Stored data:
^^^^^^^^
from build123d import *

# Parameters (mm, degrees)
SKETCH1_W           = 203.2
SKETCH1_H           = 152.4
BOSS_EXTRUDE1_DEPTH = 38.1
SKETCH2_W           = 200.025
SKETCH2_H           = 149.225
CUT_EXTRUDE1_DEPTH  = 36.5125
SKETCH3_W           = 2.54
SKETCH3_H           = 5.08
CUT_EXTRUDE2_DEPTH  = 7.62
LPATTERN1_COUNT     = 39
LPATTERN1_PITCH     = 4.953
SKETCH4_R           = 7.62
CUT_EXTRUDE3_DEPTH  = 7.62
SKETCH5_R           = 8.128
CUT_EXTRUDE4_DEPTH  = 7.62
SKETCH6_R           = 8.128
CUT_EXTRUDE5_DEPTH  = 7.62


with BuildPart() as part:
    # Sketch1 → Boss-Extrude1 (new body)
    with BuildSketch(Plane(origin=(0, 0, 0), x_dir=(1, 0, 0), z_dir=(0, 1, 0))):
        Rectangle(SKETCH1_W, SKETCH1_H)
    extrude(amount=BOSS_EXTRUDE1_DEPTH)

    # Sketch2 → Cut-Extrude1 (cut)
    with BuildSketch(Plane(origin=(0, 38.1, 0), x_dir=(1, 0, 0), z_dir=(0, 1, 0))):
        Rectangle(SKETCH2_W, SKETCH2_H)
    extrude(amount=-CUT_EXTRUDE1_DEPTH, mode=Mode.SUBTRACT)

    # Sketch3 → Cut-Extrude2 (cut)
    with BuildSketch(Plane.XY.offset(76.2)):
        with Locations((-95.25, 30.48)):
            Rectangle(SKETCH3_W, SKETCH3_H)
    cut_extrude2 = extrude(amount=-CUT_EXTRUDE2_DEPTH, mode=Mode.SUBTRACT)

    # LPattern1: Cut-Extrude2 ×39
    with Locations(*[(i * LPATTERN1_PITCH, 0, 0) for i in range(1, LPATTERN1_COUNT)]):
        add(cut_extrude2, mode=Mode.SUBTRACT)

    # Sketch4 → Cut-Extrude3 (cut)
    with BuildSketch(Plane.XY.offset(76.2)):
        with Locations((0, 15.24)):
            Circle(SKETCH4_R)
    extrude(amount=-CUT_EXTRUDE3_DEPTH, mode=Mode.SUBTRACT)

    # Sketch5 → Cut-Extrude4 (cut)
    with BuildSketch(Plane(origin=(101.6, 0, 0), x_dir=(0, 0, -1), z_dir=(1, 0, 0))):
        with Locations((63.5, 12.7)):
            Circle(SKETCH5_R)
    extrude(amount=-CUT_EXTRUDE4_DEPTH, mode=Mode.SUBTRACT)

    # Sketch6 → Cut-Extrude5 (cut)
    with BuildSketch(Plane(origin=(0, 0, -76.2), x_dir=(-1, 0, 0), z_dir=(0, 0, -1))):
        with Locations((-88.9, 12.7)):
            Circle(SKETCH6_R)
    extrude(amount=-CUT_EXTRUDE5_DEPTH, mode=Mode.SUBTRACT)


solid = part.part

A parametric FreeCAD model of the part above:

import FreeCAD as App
import Part
import Sketcher
from FreeCAD import Vector
Q = App.Units.Quantity


def add_polygon(sketch, points):
    """Adds a closed chain of lines whose ends are joined by coincident constraints."""
    first, n = sketch.GeometryCount, len(points)
    for a, b in zip(points, points[1:] + points[:1]):
        sketch.addGeometry(Part.LineSegment(App.Vector(*a, 0), App.Vector(*b, 0)), False)
    for i in range(n):
        sketch.addConstraint(Sketcher.Constraint("Coincident", first + i, 2, first + (i + 1) % n, 1))

doc = App.newDocument("Part")
body = doc.addObject("PartDesign::Body", "Body")

# Sketch on XZ plane
sketch1 = doc.addObject("Sketcher::SketchObject", "Sketch")
body.addObject(sketch1)
sketch1.AttachmentSupport = (doc.XZ_Plane, [""])
sketch1.MapMode = "FlatFace"
add_polygon(sketch1, [(-101.6, -76.2), (-101.6, 76.2), (101.6, 76.2), (101.6, -76.2)])  # lines 0-3
sketch1.addConstraint([
    Sketcher.Constraint("Vertical", 0),
    Sketcher.Constraint("Horizontal", 1),
    Sketcher.Constraint("Vertical", 2),
    Sketcher.Constraint("Horizontal", 3),
    Sketcher.Constraint("Symmetric", 0, 2, 2, 2, -1, 1),
    Sketcher.Constraint("DistanceX", 1, 1, 1, 2, Q("8 in")),
    Sketcher.Constraint("DistanceY", 0, 1, 0, 2, Q("6 in")),
])
pad1 = doc.addObject("PartDesign::Pad", "Pad")
body.addObject(pad1)
pad1.Profile = sketch1
pad1.Length = Q("1.5 in")
pad1.Reversed = True

# Sketch on XZ plane
sketch2 = doc.addObject("Sketcher::SketchObject", "Sketch001")
body.addObject(sketch2)
sketch2.AttachmentSupport = (doc.XZ_Plane, [""])
sketch2.MapMode = "FlatFace"
sketch2.AttachmentOffset = App.Placement(Vector(0, 0, -1.5 * 25.4), App.Rotation())
add_polygon(sketch2, [(-100.0125, -74.6125), (-100.0125, 74.6125), (100.0125, 74.6125), (100.0125, -74.6125)])  # lines 0-3
sketch2.addConstraint([
    Sketcher.Constraint("Vertical", 0),
    Sketcher.Constraint("Horizontal", 1),
    Sketcher.Constraint("Vertical", 2),
    Sketcher.Constraint("Horizontal", 3),
    Sketcher.Constraint("Symmetric", 0, 2, 2, 2, -1, 1),
    Sketcher.Constraint("DistanceX", 1, 1, 1, 2, Q("7.875 in")),
    Sketcher.Constraint("DistanceY", 0, 1, 0, 2, Q("5.875 in")),
])
pocket1 = doc.addObject("PartDesign::Pocket", "Pocket")
body.addObject(pocket1)
pocket1.Profile = sketch2
pocket1.Length = Q("1.4375 in")
pocket1.Reversed = True

# Sketch on XY plane
sketch3 = doc.addObject("Sketcher::SketchObject", "Sketch002")
body.addObject(sketch3)
sketch3.AttachmentSupport = (doc.XY_Plane, [""])
sketch3.MapMode = "FlatFace"
sketch3.AttachmentOffset = App.Placement(Vector(0, 0, 3 * 25.4), App.Rotation())
add_polygon(sketch3, [(-96.52, 33.02), (-96.52, 27.94), (-93.98, 27.94), (-93.98, 33.02)])  # lines 0-3
sketch3.addConstraint([
    Sketcher.Constraint("Vertical", 0),
    Sketcher.Constraint("Horizontal", 1),
    Sketcher.Constraint("Vertical", 2),
    Sketcher.Constraint("Horizontal", 3),
    Sketcher.Constraint("DistanceX", 1, 1, 1, 2, Q("0.1 in")),
    Sketcher.Constraint("DistanceY", 0, 2, 0, 1, Q("0.2 in")),
    Sketcher.Constraint("DistanceX", 0, 2, -1, 1, Q("3.8 in")),
    Sketcher.Constraint("DistanceY", -1, 1, 0, 2, Q("1.1 in")),
])
pocket2 = doc.addObject("PartDesign::Pocket", "Pocket001")
body.addObject(pocket2)
pocket2.Profile = sketch3
pocket2.Length = Q("0.3 in")
doc.recompute()

linearpattern = doc.addObject("PartDesign::LinearPattern", "LinearPattern")
body.addObject(linearpattern)
linearpattern.Originals = [pocket2]
linearpattern.Direction = (doc.X_Axis, [""])
linearpattern.Mode = "offset"
linearpattern.Offset = Q("0.195 in")
linearpattern.Occurrences = 39
body.Tip = linearpattern

# Sketch on XY plane
sketch4 = doc.addObject("Sketcher::SketchObject", "Sketch003")
body.addObject(sketch4)
sketch4.AttachmentSupport = (doc.XY_Plane, [""])
sketch4.MapMode = "FlatFace"
sketch4.AttachmentOffset = App.Placement(Vector(0, 0, 3 * 25.4), App.Rotation())
sketch4.addGeometry(Part.Circle(Vector(0, 15.24, 0), Vector(0, 0, 1), 7.62), False)
sketch4.addConstraint([
    Sketcher.Constraint("PointOnObject", 0, 3, -2),
    Sketcher.Constraint("Diameter", 0, Q("0.6 in")),
    Sketcher.Constraint("DistanceY", -1, 1, 0, 3, Q("0.6 in")),
])
pocket3 = doc.addObject("PartDesign::Pocket", "Pocket002")
body.addObject(pocket3)
pocket3.Profile = sketch4
pocket3.Length = Q("0.3 in")

# Sketch on YZ plane
sketch5 = doc.addObject("Sketcher::SketchObject", "Sketch004")
body.addObject(sketch5)
sketch5.AttachmentSupport = (doc.YZ_Plane, [""])
sketch5.MapMode = "FlatFace"
sketch5.AttachmentOffset = App.Placement(Vector(0, 0, 4 * 25.4), App.Rotation())
sketch5.addGeometry(Part.Circle(Vector(12.7, -63.5, 0), Vector(0, 0, 1), 8.128), False)
sketch5.addConstraint([
    Sketcher.Constraint("Diameter", 0, Q("0.64 in")),
    Sketcher.Constraint("DistanceX", -1, 1, 0, 3, Q("0.5 in")),
    Sketcher.Constraint("DistanceY", 0, 3, -1, 1, Q("2.5 in")),
])
pocket4 = doc.addObject("PartDesign::Pocket", "Pocket003")
body.addObject(pocket4)
pocket4.Profile = sketch5
pocket4.Length = Q("0.3 in")

# Sketch on XY plane
sketch6 = doc.addObject("Sketcher::SketchObject", "Sketch005")
body.addObject(sketch6)
sketch6.AttachmentSupport = (doc.XY_Plane, [""])
sketch6.MapMode = "FlatFace"
sketch6.AttachmentOffset = App.Placement(Vector(0, 0, -3 * 25.4), App.Rotation())
sketch6.addGeometry(Part.Circle(Vector(88.9, 12.7, 0), Vector(0, 0, 1), 8.128), False)
sketch6.addConstraint([
    Sketcher.Constraint("Diameter", 0, Q("0.64 in")),
    Sketcher.Constraint("DistanceX", -1, 1, 0, 3, Q("3.5 in")),
    Sketcher.Constraint("DistanceY", -1, 1, 0, 3, Q("0.5 in")),
])
pocket5 = doc.addObject("PartDesign::Pocket", "Pocket004")
body.addObject(pocket5)
pocket5.Profile = sketch6
pocket5.Length = Q("0.3 in")
pocket5.Reversed = True

doc.recompute()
^^^^^^^^
ACTIVITY:
One stretch of the lines above is wanted, from the line that contains "# Sketch3 → Cut-Extrude2 (cut)" through the line that contains "# Sketch5 → Cut-Extrude4 (cut)". Output it exactly.

YOUR RESPONSE:
    # Sketch3 → Cut-Extrude2 (cut)
    with BuildSketch(Plane.XY.offset(76.2)):
        with Locations((-95.25, 30.48)):
            Rectangle(SKETCH3_W, SKETCH3_H)
    cut_extrude2 = extrude(amount=-CUT_EXTRUDE2_DEPTH, mode=Mode.SUBTRACT)

    # LPattern1: Cut-Extrude2 ×39
    with Locations(*[(i * LPATTERN1_PITCH, 0, 0) for i in range(1, LPATTERN1_COUNT)]):
        add(cut_extrude2, mode=Mode.SUBTRACT)

    # Sketch4 → Cut-Extrude3 (cut)
    with BuildSketch(Plane.XY.offset(76.2)):
        with Locations((0, 15.24)):
            Circle(SKETCH4_R)
    extrude(amount=-CUT_EXTRUDE3_DEPTH, mode=Mode.SUBTRACT)

    # Sketch5 → Cut-Extrude4 (cut)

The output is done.